С наступлением лета в домик напротив, за садовой оградой (где постоянно проживала портниха), нагрянула ватага ребятишек (надо думать, внуков, отпущенных на каникулы). Сколько их было? Трудно сказать, во всяком случае не меньше восьми, если судить по тому, что взрослые, окликая их, употребляли не меньше восьми имен. Филомена, Ванда, Кандида, Карло, Элио, Джамбаттиста — совершенно безликие поначалу имена (ведь их обладателей скрывала ограда) обретали характерные признаки по мере того, с какой частотой и каким тоном они произносились. Тот, например, кого называли Джамбаттистой, наверняка был самый настоящий сорвиголова, потому что и в голосе бабушки-портнихи, и в других, видимо родительских, голосах при обращении к нему частенько слышался гнев, а уж тревога — постоянно.
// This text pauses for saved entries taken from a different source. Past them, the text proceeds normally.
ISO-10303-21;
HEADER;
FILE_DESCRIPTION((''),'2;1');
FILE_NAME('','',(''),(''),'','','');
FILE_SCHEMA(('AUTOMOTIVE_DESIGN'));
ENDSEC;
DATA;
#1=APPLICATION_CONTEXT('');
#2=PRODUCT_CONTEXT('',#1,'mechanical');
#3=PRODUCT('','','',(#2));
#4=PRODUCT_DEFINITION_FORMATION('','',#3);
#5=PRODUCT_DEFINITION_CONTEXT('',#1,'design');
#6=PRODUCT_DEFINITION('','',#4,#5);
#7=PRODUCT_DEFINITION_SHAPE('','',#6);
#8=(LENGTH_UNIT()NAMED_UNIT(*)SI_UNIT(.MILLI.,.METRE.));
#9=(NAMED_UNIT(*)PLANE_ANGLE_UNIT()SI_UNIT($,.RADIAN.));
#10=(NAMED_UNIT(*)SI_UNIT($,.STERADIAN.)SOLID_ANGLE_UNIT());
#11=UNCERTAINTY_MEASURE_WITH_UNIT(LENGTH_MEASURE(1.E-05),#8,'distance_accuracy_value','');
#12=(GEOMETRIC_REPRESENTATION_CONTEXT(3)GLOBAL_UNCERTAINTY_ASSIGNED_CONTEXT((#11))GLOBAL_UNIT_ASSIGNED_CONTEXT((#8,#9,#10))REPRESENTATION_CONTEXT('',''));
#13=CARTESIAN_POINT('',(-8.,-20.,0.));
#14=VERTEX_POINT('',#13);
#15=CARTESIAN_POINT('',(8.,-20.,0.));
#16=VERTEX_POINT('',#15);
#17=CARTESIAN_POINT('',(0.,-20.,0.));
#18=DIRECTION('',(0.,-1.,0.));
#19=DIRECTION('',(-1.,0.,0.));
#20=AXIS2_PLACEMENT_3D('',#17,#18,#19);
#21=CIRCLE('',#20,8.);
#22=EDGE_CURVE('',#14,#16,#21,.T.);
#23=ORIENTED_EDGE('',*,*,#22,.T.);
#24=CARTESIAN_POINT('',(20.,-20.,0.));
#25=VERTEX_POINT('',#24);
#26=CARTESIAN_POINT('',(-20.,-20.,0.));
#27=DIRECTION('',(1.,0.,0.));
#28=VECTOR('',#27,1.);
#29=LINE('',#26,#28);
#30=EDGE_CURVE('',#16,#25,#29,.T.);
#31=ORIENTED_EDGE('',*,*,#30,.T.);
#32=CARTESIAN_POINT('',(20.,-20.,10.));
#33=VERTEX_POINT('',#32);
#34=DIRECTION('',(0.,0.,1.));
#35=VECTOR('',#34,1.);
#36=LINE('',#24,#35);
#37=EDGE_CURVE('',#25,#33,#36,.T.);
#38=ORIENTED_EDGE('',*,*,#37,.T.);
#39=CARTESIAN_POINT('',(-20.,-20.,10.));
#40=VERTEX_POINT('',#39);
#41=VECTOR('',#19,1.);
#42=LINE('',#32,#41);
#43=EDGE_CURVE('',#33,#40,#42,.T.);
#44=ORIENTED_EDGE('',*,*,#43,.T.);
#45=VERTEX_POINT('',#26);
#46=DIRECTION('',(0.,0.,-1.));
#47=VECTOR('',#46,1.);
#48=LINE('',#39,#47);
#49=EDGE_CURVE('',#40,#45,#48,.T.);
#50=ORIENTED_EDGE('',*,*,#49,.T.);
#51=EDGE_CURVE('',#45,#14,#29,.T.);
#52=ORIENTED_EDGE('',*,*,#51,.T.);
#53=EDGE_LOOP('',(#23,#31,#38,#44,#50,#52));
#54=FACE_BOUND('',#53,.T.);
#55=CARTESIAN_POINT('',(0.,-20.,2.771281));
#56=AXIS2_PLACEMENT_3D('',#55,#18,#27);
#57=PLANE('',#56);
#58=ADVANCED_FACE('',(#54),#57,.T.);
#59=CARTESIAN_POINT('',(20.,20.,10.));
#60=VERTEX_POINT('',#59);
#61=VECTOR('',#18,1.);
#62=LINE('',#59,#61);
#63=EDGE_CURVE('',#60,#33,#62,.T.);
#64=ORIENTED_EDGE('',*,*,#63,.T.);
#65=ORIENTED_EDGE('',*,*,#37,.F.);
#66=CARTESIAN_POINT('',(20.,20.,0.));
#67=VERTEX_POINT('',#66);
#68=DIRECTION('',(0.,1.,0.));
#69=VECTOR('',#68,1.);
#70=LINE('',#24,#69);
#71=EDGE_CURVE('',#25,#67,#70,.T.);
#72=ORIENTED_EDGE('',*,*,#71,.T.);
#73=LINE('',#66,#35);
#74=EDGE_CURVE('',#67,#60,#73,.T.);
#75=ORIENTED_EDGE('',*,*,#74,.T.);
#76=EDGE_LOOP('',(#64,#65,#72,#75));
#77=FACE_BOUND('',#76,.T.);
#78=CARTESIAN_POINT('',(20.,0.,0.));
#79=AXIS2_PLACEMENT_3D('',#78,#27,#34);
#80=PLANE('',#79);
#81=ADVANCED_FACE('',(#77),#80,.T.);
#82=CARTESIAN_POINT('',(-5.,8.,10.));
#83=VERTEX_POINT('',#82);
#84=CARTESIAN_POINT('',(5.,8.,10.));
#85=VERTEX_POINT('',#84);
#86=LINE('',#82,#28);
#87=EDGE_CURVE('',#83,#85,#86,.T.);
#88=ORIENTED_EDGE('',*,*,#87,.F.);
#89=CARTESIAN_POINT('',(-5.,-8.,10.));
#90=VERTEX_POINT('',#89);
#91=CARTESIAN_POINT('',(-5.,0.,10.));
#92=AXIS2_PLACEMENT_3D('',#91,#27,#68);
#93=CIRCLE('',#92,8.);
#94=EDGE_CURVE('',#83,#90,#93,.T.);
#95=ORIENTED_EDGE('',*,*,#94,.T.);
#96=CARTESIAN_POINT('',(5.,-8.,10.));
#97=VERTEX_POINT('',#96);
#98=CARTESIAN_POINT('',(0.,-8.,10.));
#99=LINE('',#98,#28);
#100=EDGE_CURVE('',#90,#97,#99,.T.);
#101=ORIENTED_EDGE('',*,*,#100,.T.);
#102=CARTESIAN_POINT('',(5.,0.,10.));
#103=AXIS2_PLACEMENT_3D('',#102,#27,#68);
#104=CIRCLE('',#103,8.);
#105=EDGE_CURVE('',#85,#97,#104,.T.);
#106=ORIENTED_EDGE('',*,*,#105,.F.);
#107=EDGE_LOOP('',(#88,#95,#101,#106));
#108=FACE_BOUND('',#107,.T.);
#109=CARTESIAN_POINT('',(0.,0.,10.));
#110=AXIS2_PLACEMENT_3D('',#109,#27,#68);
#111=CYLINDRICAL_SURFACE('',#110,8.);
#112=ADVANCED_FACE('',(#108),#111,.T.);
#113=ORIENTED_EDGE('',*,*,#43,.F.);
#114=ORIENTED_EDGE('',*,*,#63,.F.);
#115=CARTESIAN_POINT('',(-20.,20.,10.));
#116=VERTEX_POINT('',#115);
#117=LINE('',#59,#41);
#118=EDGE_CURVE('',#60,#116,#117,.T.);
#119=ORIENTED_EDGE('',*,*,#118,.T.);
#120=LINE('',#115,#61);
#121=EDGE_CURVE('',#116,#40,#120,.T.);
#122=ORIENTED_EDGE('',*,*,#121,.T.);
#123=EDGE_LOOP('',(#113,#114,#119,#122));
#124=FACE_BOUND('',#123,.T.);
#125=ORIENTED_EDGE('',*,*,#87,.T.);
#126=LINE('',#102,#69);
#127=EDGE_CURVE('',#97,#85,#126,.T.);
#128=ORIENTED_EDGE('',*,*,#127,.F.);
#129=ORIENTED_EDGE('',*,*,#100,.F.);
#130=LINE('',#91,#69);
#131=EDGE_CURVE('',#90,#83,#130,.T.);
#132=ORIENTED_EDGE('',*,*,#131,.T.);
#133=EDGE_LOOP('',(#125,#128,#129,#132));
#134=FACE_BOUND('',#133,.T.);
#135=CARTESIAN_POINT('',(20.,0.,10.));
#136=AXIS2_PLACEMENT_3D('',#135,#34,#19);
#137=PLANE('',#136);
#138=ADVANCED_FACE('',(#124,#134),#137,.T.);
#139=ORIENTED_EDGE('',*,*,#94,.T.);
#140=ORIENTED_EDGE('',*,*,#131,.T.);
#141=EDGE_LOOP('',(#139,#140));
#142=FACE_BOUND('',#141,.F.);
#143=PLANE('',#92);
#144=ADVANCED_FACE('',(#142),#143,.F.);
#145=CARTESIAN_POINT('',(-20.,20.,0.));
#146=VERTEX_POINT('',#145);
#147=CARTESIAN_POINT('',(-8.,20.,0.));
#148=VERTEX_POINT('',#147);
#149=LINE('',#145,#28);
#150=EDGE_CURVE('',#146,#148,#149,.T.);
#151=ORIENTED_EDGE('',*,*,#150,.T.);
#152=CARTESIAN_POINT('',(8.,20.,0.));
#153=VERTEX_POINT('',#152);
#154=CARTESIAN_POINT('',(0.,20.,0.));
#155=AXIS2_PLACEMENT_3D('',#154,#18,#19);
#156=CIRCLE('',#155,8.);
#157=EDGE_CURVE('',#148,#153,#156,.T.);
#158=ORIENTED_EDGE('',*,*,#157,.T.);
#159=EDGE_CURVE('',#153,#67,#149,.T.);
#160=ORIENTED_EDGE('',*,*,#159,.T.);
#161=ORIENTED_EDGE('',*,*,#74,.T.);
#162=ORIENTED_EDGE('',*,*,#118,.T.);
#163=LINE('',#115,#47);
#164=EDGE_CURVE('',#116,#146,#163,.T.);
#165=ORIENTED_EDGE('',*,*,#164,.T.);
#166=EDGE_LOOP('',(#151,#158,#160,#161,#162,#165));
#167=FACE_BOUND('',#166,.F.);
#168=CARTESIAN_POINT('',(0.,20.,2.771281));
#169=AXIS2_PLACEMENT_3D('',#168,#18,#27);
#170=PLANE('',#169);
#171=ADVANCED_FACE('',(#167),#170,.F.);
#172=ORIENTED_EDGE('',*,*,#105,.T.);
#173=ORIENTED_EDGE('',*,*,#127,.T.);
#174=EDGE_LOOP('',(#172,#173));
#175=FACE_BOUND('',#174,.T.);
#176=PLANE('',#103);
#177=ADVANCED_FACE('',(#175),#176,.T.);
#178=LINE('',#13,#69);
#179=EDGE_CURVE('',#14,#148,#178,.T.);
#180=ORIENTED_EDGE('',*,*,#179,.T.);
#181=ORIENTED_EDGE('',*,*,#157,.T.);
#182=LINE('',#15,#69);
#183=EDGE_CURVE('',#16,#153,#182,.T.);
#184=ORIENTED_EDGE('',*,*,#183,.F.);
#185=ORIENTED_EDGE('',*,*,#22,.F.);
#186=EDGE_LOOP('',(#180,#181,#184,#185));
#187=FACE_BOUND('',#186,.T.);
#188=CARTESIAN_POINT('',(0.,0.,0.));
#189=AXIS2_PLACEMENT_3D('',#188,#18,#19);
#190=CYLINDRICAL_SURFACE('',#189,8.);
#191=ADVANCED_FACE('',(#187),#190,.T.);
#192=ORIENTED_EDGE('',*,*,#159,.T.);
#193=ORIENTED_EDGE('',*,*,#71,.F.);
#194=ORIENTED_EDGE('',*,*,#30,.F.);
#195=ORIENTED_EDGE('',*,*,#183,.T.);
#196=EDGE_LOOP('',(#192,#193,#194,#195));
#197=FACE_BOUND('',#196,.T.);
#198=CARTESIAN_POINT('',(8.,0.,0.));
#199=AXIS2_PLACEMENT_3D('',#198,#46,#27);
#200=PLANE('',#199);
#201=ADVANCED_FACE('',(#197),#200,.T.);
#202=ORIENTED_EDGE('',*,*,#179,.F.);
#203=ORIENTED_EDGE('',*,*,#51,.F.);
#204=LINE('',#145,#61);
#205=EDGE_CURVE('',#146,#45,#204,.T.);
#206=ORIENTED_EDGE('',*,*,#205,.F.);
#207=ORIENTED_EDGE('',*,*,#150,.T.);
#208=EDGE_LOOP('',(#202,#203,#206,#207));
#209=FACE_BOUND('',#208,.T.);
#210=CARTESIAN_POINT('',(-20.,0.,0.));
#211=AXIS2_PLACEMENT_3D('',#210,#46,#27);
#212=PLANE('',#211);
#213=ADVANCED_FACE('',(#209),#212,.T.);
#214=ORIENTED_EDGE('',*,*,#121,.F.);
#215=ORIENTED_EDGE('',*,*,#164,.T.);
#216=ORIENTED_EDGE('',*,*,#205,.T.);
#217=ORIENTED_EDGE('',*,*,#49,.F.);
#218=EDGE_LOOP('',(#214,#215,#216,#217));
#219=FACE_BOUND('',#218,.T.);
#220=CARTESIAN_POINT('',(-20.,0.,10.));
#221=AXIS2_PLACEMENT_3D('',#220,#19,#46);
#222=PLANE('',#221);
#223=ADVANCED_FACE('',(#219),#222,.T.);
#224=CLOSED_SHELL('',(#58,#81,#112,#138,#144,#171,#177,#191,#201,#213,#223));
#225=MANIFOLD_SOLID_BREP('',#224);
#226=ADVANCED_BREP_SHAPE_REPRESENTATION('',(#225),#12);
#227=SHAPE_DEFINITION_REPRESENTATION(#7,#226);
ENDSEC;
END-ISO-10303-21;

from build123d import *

# Parameters (mm, degrees)
F1_DEPTH = 20
F2_R     = 8
F3_DEPTH = 5


with BuildPart() as f1:
    # F0 (on Front) → F1 (new body, symmetric)
    with BuildSketch(Plane.XZ):
        with BuildLine():
            Line((-8, 0), (8, 0))
            ThreePointArc((8, 0), (0, 8), (-8, 0))
        make_face()
        with BuildLine():
            ThreePointArc((-8, 0), (0, 8), (8, 0))
            Line((8, 0), (20, 0))
            Line((20, 0), (20, 10))
            Line((20, 10), (-20, 10))
            Line((-20, 10), (-20, 0))
            Line((-20, 0), (-8, 0))
        make_face()
        with BuildLine():
            ThreePointArc((-8, 0), (0, -8), (8, 0))
            Line((8, 0), (-8, 0))
        make_face()
    extrude(amount=F1_DEPTH, both=True)

    # F2 (on Right) → F3 (join, symmetric)
    with BuildSketch(Plane.YZ):
        with Locations((0, 10)):
            Circle(F2_R)
    extrude(amount=F3_DEPTH, both=True)


solid = f1.part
И вот в один прекрасный день мордашка этого мальчишки показалась над стеной; возникла вдруг — и тут же скрылась. Очевидно, он хотел дотянуться до миндальных орехов, свесившихся по эту сторону стены, но, заметив, что за ним наблюдают из окна виллы, спрыгнул вниз, а может, кто-то стащил его за ноги. Как бы там ни было, осуждающие и негодующие возгласы, разразившиеся тотчас же на всю улицу, относились именно к Джамбаттисте, не оставляя никаких сомнений в том, что это был именно он.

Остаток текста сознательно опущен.